Our analysis of the results obtained by Equations (38)–(44) allows us to draw the following conclusions:

• Compared to the analytical calculation by Equations (9)–(11), which assume the use of partial derivatives, Equations (38)–(44) involve weighted sums of statistical variables (expected values and variances). The presented analytical technique allows us to take into account in a more comprehensive way the totality of random factors that have a significant impact on the error of the OPL FL based on the parameters of the emergency state;
• If the calculation of the distance to the fault location is a function of a ratio of random variables of the form x_f = y₁/y₂, then, from a statistical point of view, it is necessary to use the expected value M[x_f] (Equation (43)) of this ratio to carry out OPL FL. The use of the specified calculation value allows one to take into account various measurement errors of currents and voltages in the emergency state in the most proper way possible. This case is common because current and voltage measuring transformers of different kinds and types, with different specifications and accuracy classes, are usually installed at the ends of the same OPL;
• Our analysis of calculation Equations (38)–(44), which serve as the basis of a new analytical technique for estimating the errors of the OPL FL by emergency state parameters, shows that they are valid for single-end, as well as double-end and multi-end, OPL FL techniques;
• The obtained calculation expressions for the expected value and variance of the distance to the fault of the OPL allow us to calculate, with greater accuracy, the distance to the fault, as well as the size of the inspection area, which is critical for power-line technicians.

5. Conclusions

The potential accuracy of calculating the distance to the fault location by emergency state parameters has significant differences for each specific OPL. It depends on statistical data on errors of current and voltage measuring transformers, specific features of digital processing of current and voltage signals in the PL fault locator, and accuracy of specifying the values of parameters of the OPL being analyzed and their actual values, as well as a number of other factors.
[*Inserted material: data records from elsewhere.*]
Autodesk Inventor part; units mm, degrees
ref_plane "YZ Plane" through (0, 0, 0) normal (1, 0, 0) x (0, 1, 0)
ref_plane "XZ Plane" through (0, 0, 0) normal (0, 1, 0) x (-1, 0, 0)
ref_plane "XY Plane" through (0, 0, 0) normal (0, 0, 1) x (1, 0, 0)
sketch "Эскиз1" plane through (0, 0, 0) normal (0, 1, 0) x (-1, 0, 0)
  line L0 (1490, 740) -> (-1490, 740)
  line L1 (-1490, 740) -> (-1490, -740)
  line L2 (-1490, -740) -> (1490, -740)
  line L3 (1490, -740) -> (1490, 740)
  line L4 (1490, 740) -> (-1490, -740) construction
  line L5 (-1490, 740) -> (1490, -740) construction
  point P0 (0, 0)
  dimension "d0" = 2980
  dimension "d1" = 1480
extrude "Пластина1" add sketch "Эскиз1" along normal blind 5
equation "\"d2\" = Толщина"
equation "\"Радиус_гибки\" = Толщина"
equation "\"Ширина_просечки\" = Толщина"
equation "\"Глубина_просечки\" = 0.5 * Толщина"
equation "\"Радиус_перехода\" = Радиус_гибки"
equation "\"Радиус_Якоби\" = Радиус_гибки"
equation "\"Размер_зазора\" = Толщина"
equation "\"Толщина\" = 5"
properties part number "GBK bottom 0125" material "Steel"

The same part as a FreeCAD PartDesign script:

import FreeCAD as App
import Part
import Sketcher
Q = App.Units.Quantity


def add_polygon(sketch, points):
    """Adds a closed chain of lines whose ends are joined by coincident constraints."""
    first, n = sketch.GeometryCount, len(points)
    for a, b in zip(points, points[1:] + points[:1]):
        sketch.addGeometry(Part.LineSegment(App.Vector(*a, 0), App.Vector(*b, 0)), False)
    for i in range(n):
        sketch.addConstraint(Sketcher.Constraint("Coincident", first + i, 2, first + (i + 1) % n, 1))

doc = App.newDocument("Part")
params = doc.addObject("Spreadsheet::Sheet", "Params")
for row, (alias, value) in enumerate([
    ("sketch1_width", "2980 mm"),
    ("sketch1_height", "1480 mm"),
    ("pad1_length", "5 mm"),
], start=1):
    params.set(f"A{row}", alias)
    params.set(f"B{row}", "=" + value)
    params.setAlias(f"B{row}", alias)

body = doc.addObject("PartDesign::Body", "Body")

# Sketch on XZ plane
sketch1 = body.newObject("Sketcher::SketchObject", "Sketch")
sketch1.AttachmentSupport = (doc.getObject("XZ_Plane"), [""])
sketch1.MapMode = "FlatFace"
add_polygon(sketch1, [(-1490, -740), (-1490, 740), (1490, 740), (1490, -740)])  # lines 0-3
sketch1.addConstraint([
    Sketcher.Constraint("Vertical", 0),
    Sketcher.Constraint("Horizontal", 1),
    Sketcher.Constraint("Vertical", 2),
    Sketcher.Constraint("Horizontal", 3),
    Sketcher.Constraint("Symmetric", 0, 2, 2, 2, -1, 1),
    Sketcher.Constraint("DistanceX", 1, 1, 1, 2, Q("2980 mm")),
    Sketcher.Constraint("DistanceY", 0, 1, 0, 2, Q("1480 mm")),
])
sketch1.setExpression("Constraints[9]", "Params.sketch1_width")
sketch1.setExpression("Constraints[10]", "Params.sketch1_height")
pad1 = body.newObject("PartDesign::Pad", "Pad")
pad1.Profile = sketch1
pad1.setExpression("Length", "Params.pad1_length")
pad1.Reversed = True

doc.recompute()
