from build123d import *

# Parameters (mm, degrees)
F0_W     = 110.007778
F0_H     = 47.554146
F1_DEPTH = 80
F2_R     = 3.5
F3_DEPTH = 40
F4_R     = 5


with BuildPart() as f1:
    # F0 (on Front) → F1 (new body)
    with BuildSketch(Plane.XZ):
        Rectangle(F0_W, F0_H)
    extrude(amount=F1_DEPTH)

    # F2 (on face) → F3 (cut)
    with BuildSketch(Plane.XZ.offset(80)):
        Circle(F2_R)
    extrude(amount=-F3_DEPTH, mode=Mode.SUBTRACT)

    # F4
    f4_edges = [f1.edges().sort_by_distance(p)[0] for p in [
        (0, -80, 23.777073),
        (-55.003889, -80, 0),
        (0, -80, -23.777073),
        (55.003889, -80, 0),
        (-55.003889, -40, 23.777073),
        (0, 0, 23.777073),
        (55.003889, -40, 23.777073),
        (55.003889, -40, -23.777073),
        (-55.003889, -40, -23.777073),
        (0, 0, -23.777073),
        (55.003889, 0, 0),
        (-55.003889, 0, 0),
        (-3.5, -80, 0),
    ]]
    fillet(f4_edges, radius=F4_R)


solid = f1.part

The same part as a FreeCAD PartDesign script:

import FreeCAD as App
import Part
import Sketcher
from FreeCAD import Vector
Q = App.Units.Quantity


def edges_at(feature, points):
    """Names of the edges that pass closest to the given points."""
    edges = feature.Shape.Edges
    near = lambda p: min(range(len(edges)), key=lambda i: edges[i].distToShape(Part.Vertex(*p))[0])
    return sorted({f"Edge{near(p) + 1}" for p in points})

doc = App.newDocument("Part")
body = doc.addObject("PartDesign::Body", "Body")

# Sketch on XZ plane
sketch1 = body.newObject("Sketcher::SketchObject", "Sketch")
sketch1.AttachmentSupport = (doc.getObject("XZ_Plane"), [""])
sketch1.MapMode = "FlatFace"
sketch1.addGeometry(Part.LineSegment(Vector(-55, 24, 0), Vector(-55, -24, 0)), False)
sketch1.addGeometry(Part.LineSegment(Vector(-55, -24, 0), Vector(55, -24, 0)), False)
sketch1.addGeometry(Part.LineSegment(Vector(55, -24, 0), Vector(55, 24, 0)), False)
sketch1.addGeometry(Part.LineSegment(Vector(55, 24, 0), Vector(-55, 24, 0)), False)
sketch1.addConstraint(Sketcher.Constraint("Coincident", 0, 2, 1, 1))
sketch1.addConstraint(Sketcher.Constraint("Coincident", 1, 2, 2, 1))
sketch1.addConstraint(Sketcher.Constraint("Coincident", 2, 2, 3, 1))
sketch1.addConstraint(Sketcher.Constraint("Coincident", 3, 2, 0, 1))
sketch1.addConstraint(Sketcher.Constraint("Vertical", 0))
sketch1.addConstraint(Sketcher.Constraint("Horizontal", 1))
sketch1.addConstraint(Sketcher.Constraint("Vertical", 2))
sketch1.addConstraint(Sketcher.Constraint("Horizontal", 3))
sketch1.addConstraint(Sketcher.Constraint("Symmetric", 0, 2, 2, 2, -1, 1))
sketch1.addConstraint(Sketcher.Constraint("DistanceX", 1, 1, 1, 2, Q("110.007778 mm")))
sketch1.addConstraint(Sketcher.Constraint("DistanceY", 0, 2, 0, 1, Q("47.554146 mm")))
pad1 = body.newObject("PartDesign::Pad", "Pad")
pad1.Profile = sketch1
pad1.Length = 80

# Sketch on XZ plane
sketch2 = body.newObject("Sketcher::SketchObject", "Sketch001")
sketch2.AttachmentSupport = (doc.getObject("XZ_Plane"), [""])
sketch2.MapMode = "FlatFace"
sketch2.AttachmentOffset = App.Placement(Vector(0, 0, 80), App.Rotation())
sketch2.addGeometry(Part.Circle(Vector(0, 0, 0), Vector(0, 0, 1), 3.5), False)
sketch2.addConstraint(Sketcher.Constraint("Coincident", 0, 3, -1, 1))
sketch2.addConstraint(Sketcher.Constraint("Diameter", 0, Q("7 mm")))
pocket1 = body.newObject("PartDesign::Pocket", "Pocket")
pocket1.Profile = sketch2
pocket1.Length = 40
doc.recompute()

fillet = body.newObject("PartDesign::Fillet", "Fillet")
fillet.Base = (pocket1, edges_at(pocket1, [
    (0, -80, 23.777),
    (-55.004, -80, 0),
    (0, -80, -23.777),
    (55.004, -80, 0),
    (-55.004, -40, 23.777),
    (0, 0, 23.777),
    (55.004, -40, 23.777),
    (55.004, -40, -23.777),
    (-55.004, -40, -23.777),
    (0, 0, -23.777),
    (55.004, 0, 0),
    (-55.004, 0, 0),
    (-3.5, -80, 0),
]))
fillet.Radius = 5

doc.recompute()
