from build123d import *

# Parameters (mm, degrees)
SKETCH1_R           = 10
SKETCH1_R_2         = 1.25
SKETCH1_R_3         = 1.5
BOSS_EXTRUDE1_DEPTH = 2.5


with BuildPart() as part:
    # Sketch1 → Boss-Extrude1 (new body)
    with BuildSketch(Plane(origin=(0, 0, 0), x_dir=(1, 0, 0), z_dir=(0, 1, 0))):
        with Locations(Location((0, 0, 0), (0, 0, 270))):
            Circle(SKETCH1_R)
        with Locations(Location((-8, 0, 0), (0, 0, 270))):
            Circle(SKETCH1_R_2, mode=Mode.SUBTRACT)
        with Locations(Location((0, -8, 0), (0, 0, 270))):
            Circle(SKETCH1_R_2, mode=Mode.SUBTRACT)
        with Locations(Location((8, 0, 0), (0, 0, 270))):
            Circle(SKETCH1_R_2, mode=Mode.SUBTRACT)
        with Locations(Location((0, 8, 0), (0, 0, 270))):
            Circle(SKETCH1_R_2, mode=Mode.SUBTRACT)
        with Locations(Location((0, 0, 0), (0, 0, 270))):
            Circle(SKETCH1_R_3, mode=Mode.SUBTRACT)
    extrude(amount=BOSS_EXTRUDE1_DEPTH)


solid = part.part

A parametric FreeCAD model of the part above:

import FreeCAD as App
import Part
import Sketcher

V = App.Vector
Q = App.Units.Quantity

doc = App.newDocument("Part")
body = doc.addObject("PartDesign::Body", "Body")

sketch1 = doc.addObject("Sketcher::SketchObject", "Sketch")
body.addObject(sketch1)
sketch1.AttachmentSupport = (doc.XZ_Plane, [""])
sketch1.MapMode = "FlatFace"
sketch1.addGeometry(Part.Circle(V(0, 0, 0), V(0, 0, 1), 10), False)
sketch1.addGeometry(Part.Circle(V(0, -8, 0), V(0, 0, 1), 1.25), False)
sketch1.addGeometry(Part.Circle(V(-8, 0, 0), V(0, 0, 1), 1.25), False)
sketch1.addGeometry(Part.Circle(V(8, 0, 0), V(0, 0, 1), 1.25), False)
sketch1.addGeometry(Part.Circle(V(0, 0, 0), V(0, 0, 1), 1.5), False)
sketch1.addGeometry(Part.Circle(V(0, 8, 0), V(0, 0, 1), 1.25), False)
sketch1.addConstraint(Sketcher.Constraint("Coincident", 0, 3, -1, 1))
sketch1.addConstraint(Sketcher.Constraint("Coincident", 4, 3, -1, 1))
sketch1.addConstraint(Sketcher.Constraint("Equal", 1, 2))
sketch1.addConstraint(Sketcher.Constraint("Equal", 2, 3))
sketch1.addConstraint(Sketcher.Constraint("Equal", 3, 5))
sketch1.addConstraint(Sketcher.Constraint("Symmetric", 2, 3, 3, 3, -1, 1))
sketch1.addConstraint(Sketcher.Constraint("Symmetric", 1, 3, 5, 3, -1, 1))
sketch1.addConstraint(Sketcher.Constraint("PointOnObject", 1, 3, -2))
sketch1.addConstraint(Sketcher.Constraint("PointOnObject", 2, 3, -1))
sketch1.addConstraint(Sketcher.Constraint("Diameter", 0, Q("20 mm")))
sketch1.addConstraint(Sketcher.Constraint("Diameter", 4, Q("3 mm")))
sketch1.addConstraint(Sketcher.Constraint("Diameter", 1, Q("2.5 mm")))
sketch1.addConstraint(Sketcher.Constraint("DistanceY", 1, 3, -1, 1, Q("8 mm")))
sketch1.addConstraint(Sketcher.Constraint("DistanceX", 2, 3, -1, 1, Q("8 mm")))
pad1 = doc.addObject("PartDesign::Pad", "Pad")
body.addObject(pad1)
pad1.Profile = sketch1
pad1.Length = 2.5
pad1.Reversed = True

doc.recompute()
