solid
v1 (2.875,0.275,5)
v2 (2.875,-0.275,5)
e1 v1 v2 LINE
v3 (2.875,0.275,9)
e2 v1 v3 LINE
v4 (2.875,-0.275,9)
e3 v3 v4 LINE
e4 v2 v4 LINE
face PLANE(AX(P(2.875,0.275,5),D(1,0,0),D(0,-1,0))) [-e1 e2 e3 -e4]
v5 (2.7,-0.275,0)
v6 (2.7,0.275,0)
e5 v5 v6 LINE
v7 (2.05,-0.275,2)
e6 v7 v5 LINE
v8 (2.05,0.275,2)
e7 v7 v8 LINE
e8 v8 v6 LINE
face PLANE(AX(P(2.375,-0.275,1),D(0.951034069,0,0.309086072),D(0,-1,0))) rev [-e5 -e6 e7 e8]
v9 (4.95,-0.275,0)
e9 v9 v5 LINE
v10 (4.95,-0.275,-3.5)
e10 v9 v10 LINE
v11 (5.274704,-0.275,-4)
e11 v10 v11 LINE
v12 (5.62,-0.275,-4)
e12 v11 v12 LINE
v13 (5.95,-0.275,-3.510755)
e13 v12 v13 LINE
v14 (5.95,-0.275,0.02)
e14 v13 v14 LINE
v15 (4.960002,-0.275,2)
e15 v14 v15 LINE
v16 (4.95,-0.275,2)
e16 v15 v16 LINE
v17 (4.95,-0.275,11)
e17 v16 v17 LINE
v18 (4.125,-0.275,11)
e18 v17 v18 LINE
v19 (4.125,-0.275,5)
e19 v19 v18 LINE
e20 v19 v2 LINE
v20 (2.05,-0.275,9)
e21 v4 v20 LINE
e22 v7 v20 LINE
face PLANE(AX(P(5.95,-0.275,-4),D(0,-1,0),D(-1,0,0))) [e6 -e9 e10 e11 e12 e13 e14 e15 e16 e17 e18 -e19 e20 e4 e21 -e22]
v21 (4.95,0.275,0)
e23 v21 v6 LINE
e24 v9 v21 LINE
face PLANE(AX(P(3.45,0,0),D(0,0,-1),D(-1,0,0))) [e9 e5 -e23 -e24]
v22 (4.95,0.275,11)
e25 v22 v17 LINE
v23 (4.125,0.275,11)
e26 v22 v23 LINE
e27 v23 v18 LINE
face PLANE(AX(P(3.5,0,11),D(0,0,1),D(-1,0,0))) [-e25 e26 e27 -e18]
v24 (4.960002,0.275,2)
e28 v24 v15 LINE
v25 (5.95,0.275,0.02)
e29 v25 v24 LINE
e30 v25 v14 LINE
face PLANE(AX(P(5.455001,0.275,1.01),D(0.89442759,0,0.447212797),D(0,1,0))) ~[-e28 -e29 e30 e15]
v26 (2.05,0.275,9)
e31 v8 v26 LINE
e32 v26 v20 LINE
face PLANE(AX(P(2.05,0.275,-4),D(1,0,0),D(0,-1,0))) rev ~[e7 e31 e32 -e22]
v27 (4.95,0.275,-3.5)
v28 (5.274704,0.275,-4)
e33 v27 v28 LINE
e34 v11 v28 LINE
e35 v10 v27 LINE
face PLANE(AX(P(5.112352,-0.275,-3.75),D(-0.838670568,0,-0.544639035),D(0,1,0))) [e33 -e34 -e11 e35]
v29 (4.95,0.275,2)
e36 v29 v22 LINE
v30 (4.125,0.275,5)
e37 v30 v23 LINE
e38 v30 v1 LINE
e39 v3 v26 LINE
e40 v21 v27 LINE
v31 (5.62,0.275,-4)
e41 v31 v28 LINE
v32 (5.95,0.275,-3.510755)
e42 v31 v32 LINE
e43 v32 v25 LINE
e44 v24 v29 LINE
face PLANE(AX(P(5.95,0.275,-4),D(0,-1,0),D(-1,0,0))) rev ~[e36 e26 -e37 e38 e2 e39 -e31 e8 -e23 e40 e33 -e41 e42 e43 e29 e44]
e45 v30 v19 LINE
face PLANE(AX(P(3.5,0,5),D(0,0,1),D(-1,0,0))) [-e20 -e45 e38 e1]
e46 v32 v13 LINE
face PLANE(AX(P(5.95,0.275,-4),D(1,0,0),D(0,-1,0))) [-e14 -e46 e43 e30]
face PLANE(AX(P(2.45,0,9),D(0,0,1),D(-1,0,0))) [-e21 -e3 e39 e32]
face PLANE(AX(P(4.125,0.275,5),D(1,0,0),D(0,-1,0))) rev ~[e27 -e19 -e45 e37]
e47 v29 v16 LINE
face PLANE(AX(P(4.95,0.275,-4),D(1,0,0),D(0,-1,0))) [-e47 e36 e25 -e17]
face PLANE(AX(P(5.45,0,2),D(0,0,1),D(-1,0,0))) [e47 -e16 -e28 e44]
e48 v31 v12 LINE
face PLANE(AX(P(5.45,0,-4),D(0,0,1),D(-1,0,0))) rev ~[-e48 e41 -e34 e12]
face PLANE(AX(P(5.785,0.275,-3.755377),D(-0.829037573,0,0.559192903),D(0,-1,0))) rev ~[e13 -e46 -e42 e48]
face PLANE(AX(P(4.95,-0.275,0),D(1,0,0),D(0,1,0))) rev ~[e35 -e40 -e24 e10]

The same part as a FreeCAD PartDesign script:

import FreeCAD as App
import Part
import Sketcher
from FreeCAD import Vector
Q = App.Units.Quantity


def edges_at(feature, points):
    """Names of the edges that pass closest to the given points."""
    edges = feature.Shape.Edges
    near = lambda p: min(range(len(edges)), key=lambda i: edges[i].distToShape(Part.Vertex(*p))[0])
    return sorted({f"Edge{near(p) + 1}" for p in points})

doc = App.newDocument("Part")
body = doc.addObject("PartDesign::Body", "Body")

# Sketch on XY plane
sketch1 = body.newObject("Sketcher::SketchObject", "Sketch")
sketch1.AttachmentSupport = (doc.getObject("XY_Plane"), [""])
sketch1.MapMode = "FlatFace"
sketch1.addGeometry([
    Part.LineSegment(Vector(-4.95, 0.275, 0), Vector(-4.95, -0.275, 0)),
    Part.LineSegment(Vector(-4.95, -0.275, 0), Vector(-2.05, -0.275, 0)),
    Part.LineSegment(Vector(-2.05, -0.275, 0), Vector(-2.05, 0.275, 0)),
    Part.LineSegment(Vector(-2.05, 0.275, 0), Vector(-4.95, 0.275, 0)),
], False)
sketch1.addConstraint([
    Sketcher.Constraint("Coincident", 0, 2, 1, 1),
    Sketcher.Constraint("Coincident", 1, 2, 2, 1),
    Sketcher.Constraint("Coincident", 2, 2, 3, 1),
    Sketcher.Constraint("Coincident", 3, 2, 0, 1),
    Sketcher.Constraint("Vertical", 0),
    Sketcher.Constraint("Horizontal", 1),
    Sketcher.Constraint("Vertical", 2),
    Sketcher.Constraint("Horizontal", 3),
    Sketcher.Constraint("DistanceX", 1, 1, 1, 2, Q("2.9 mm")),
    Sketcher.Constraint("DistanceY", 0, 2, 0, 1, Q("0.55 mm")),
    Sketcher.Constraint("DistanceX", 0, 2, -1, 1, Q("4.95 mm")),
    Sketcher.Constraint("DistanceY", 0, 2, -1, 1, Q("0.275 mm")),
])
pad1 = body.newObject("PartDesign::Pad", "Pad")
pad1.Profile = sketch1
pad1.Length = 15

# Sketch on XY plane
sketch2 = body.newObject("Sketcher::SketchObject", "Sketch001")
sketch2.AttachmentSupport = (doc.getObject("XY_Plane"), [""])
sketch2.MapMode = "FlatFace"
sketch2.AttachmentOffset = App.Placement(Vector(0, 0, 9), App.Rotation())
sketch2.addGeometry([
    Part.LineSegment(Vector(-4.125, 0.275, 0), Vector(-4.125, -0.275, 0)),
    Part.LineSegment(Vector(-4.125, -0.275, 0), Vector(-2.875, -0.275, 0)),
    Part.LineSegment(Vector(-2.875, -0.275, 0), Vector(-2.875, 0.275, 0)),
    Part.LineSegment(Vector(-2.875, 0.275, 0), Vector(-4.125, 0.275, 0)),
], False)
sketch2.addConstraint([
    Sketcher.Constraint("Coincident", 0, 2, 1, 1),
    Sketcher.Constraint("Coincident", 1, 2, 2, 1),
    Sketcher.Constraint("Coincident", 2, 2, 3, 1),
    Sketcher.Constraint("Coincident", 3, 2, 0, 1),
    Sketcher.Constraint("Vertical", 0),
    Sketcher.Constraint("Horizontal", 1),
    Sketcher.Constraint("Vertical", 2),
    Sketcher.Constraint("Horizontal", 3),
    Sketcher.Constraint("DistanceX", 1, 1, 1, 2, Q("1.25 mm")),
    Sketcher.Constraint("DistanceY", 0, 2, 0, 1, Q("0.55 mm")),
    Sketcher.Constraint("DistanceX", 0, 2, -1, 1, Q("4.125 mm")),
    Sketcher.Constraint("DistanceY", 0, 2, -1, 1, Q("0.275 mm")),
])
pocket1 = body.newObject("PartDesign::Pocket", "Pocket")
pocket1.Profile = sketch2
pocket1.Length = 6
pocket1.Reversed = True

# Sketch on XY plane
sketch3 = body.newObject("Sketcher::SketchObject", "Sketch002")
sketch3.AttachmentSupport = (doc.getObject("XY_Plane"), [""])
sketch3.MapMode = "FlatFace"
sketch3.AttachmentOffset = App.Placement(Vector(0, 0, 13), App.Rotation())
sketch3.addGeometry([
    Part.LineSegment(Vector(-3, 0.3, 0), Vector(-3, -0.3, 0)),
    Part.LineSegment(Vector(-3, -0.3, 0), Vector(-1.9, -0.3, 0)),
    Part.LineSegment(Vector(-1.9, -0.3, 0), Vector(-1.9, 0.3, 0)),
    Part.LineSegment(Vector(-1.9, 0.3, 0), Vector(-3, 0.3, 0)),
], False)
sketch3.addConstraint([
    Sketcher.Constraint("Coincident", 0, 2, 1, 1),
    Sketcher.Constraint("Coincident", 1, 2, 2, 1),
    Sketcher.Constraint("Coincident", 2, 2, 3, 1),
    Sketcher.Constraint("Coincident", 3, 2, 0, 1),
    Sketcher.Constraint("Vertical", 0),
    Sketcher.Constraint("Horizontal", 1),
    Sketcher.Constraint("Vertical", 2),
    Sketcher.Constraint("Horizontal", 3),
    Sketcher.Constraint("DistanceX", 1, 1, 1, 2, Q("1.1 mm")),
    Sketcher.Constraint("DistanceY", 0, 2, 0, 1, Q("0.6 mm")),
    Sketcher.Constraint("DistanceX", 0, 2, -1, 1, Q("3 mm")),
    Sketcher.Constraint("DistanceY", 0, 2, -1, 1, Q("0.3 mm")),
])
pocket2 = body.newObject("PartDesign::Pocket", "Pocket001")
pocket2.Profile = sketch3
pocket2.Length = 2
pocket2.Reversed = True

# Sketch on XY plane
sketch4 = body.newObject("Sketcher::SketchObject", "Sketch003")
sketch4.AttachmentSupport = (doc.getObject("XY_Plane"), [""])
sketch4.MapMode = "FlatFace"
sketch4.addGeometry([
    Part.LineSegment(Vector(-5.95, 0.275, 0), Vector(-5.95, -0.275, 0)),
    Part.LineSegment(Vector(-5.95, -0.275, 0), Vector(-4.95, -0.275, 0)),
    Part.LineSegment(Vector(-4.95, -0.275, 0), Vector(-4.95, 0.275, 0)),
    Part.LineSegment(Vector(-4.95, 0.275, 0), Vector(-5.95, 0.275, 0)),
], False)
sketch4.addConstraint([
    Sketcher.Constraint("Coincident", 0, 2, 1, 1),
    Sketcher.Constraint("Coincident", 1, 2, 2, 1),
    Sketcher.Constraint("Coincident", 2, 2, 3, 1),
    Sketcher.Constraint("Coincident", 3, 2, 0, 1),
    Sketcher.Constraint("Vertical", 0),
    Sketcher.Constraint("Horizontal", 1),
    Sketcher.Constraint("Vertical", 2),
    Sketcher.Constraint("Horizontal", 3),
    Sketcher.Constraint("DistanceX", 1, 1, 1, 2, Q("1 mm")),
    Sketcher.Constraint("DistanceY", 0, 2, 0, 1, Q("0.55 mm")),
    Sketcher.Constraint("DistanceX", 0, 2, -1, 1, Q("5.95 mm")),
    Sketcher.Constraint("DistanceY", 0, 2, -1, 1, Q("0.275 mm")),
])
pad2 = body.newObject("PartDesign::Pad", "Pad001")
pad2.Profile = sketch4
pad2.Length = 6

# Sketch on XY plane
sketch5 = body.newObject("Sketcher::SketchObject", "Sketch004")
sketch5.AttachmentSupport = (doc.getObject("XY_Plane"), [""])
sketch5.MapMode = "FlatFace"
sketch5.AttachmentOffset = App.Placement(Vector(0, 0, 4), App.Rotation())
sketch5.addGeometry([
    Part.LineSegment(Vector(-4.95, -0.275, 0), Vector(-4.95, 0.275, 0)),
    Part.LineSegment(Vector(-4.95, 0.275, 0), Vector(-1.95, 0.275, 0)),
    Part.LineSegment(Vector(-1.95, 0.275, 0), Vector(-1.95, -0.275, 0)),
    Part.LineSegment(Vector(-1.95, -0.275, 0), Vector(-4.95, -0.275, 0)),
], False)
sketch5.addConstraint([
    Sketcher.Constraint("Coincident", 0, 2, 1, 1),
    Sketcher.Constraint("Coincident", 1, 2, 2, 1),
    Sketcher.Constraint("Coincident", 2, 2, 3, 1),
    Sketcher.Constraint("Coincident", 3, 2, 0, 1),
    Sketcher.Constraint("Vertical", 0),
    Sketcher.Constraint("Horizontal", 1),
    Sketcher.Constraint("Vertical", 2),
    Sketcher.Constraint("Horizontal", 3),
    Sketcher.Constraint("DistanceX", 1, 1, 1, 2, Q("3 mm")),
    Sketcher.Constraint("DistanceY", 0, 1, 0, 2, Q("0.55 mm")),
    Sketcher.Constraint("DistanceX", 0, 2, -1, 1, Q("4.95 mm")),
    Sketcher.Constraint("DistanceY", -1, 1, 0, 2, Q("0.275 mm")),
])
pocket3 = body.newObject("PartDesign::Pocket", "Pocket002")
pocket3.Profile = sketch5
pocket3.Length = 4
doc.recompute()

chamfer = body.newObject("PartDesign::Chamfer", "Chamfer")
chamfer.Base = (pocket3, edges_at(pocket3, [(-2.05, 0, 4)]))
chamfer.ChamferType = "Two distances"
chamfer.Size = 2
chamfer.Size2 = 0.65
doc.recompute()

chamfer2 = body.newObject("PartDesign::Chamfer", "Chamfer001")
chamfer2.Base = (chamfer, edges_at(chamfer, [(-4.95, 0, 0)]))
chamfer2.ChamferType = "Distance and Angle"
chamfer2.Size = 0.5
chamfer2.Angle = 33
doc.recompute()

chamfer3 = body.newObject("PartDesign::Chamfer", "Chamfer002")
chamfer3.Base = (chamfer2, edges_at(chamfer2, [(-5.95, 0, 0)]))
chamfer3.ChamferType = "Distance and Angle"
chamfer3.Size = 0.33
chamfer3.Angle = 56
doc.recompute()

chamfer4 = body.newObject("PartDesign::Chamfer", "Chamfer003")
chamfer4.Base = (chamfer3, edges_at(chamfer3, [(-5.95, 0, 6)]))
chamfer4.ChamferType = "Distance and Angle"
chamfer4.Size = 1.98
chamfer4.Angle = 26.565
body2 = doc.addObject("PartDesign::Body", "Body001")
doc.recompute()

body.Placement = App.Placement(Vector(0, 0, -4), App.Rotation(Vector(0, 0, 1), 180))
boolean = body2.newObject("PartDesign::Boolean", "Boolean")
boolean.Type = "Fuse"
boolean.addObjects([body])

doc.recompute()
The presented analytical technique for assessing the error of the OPL FL by emergency state parameters makes it possible to determine the fault location and the size of the inspection area with greater accuracy, which is necessary to reduce the time it takes to perform emergency recovery operations, in order to ensure the stability of power systems and the reliability of power supply to consumers.

The proposed mathematical expressions are of much practical importance, because they can be adopted in the OPL fault locators and digital relay protection terminals that use single-end, as well as double- and multi-end, sensing of currents and voltages while in the emergency state.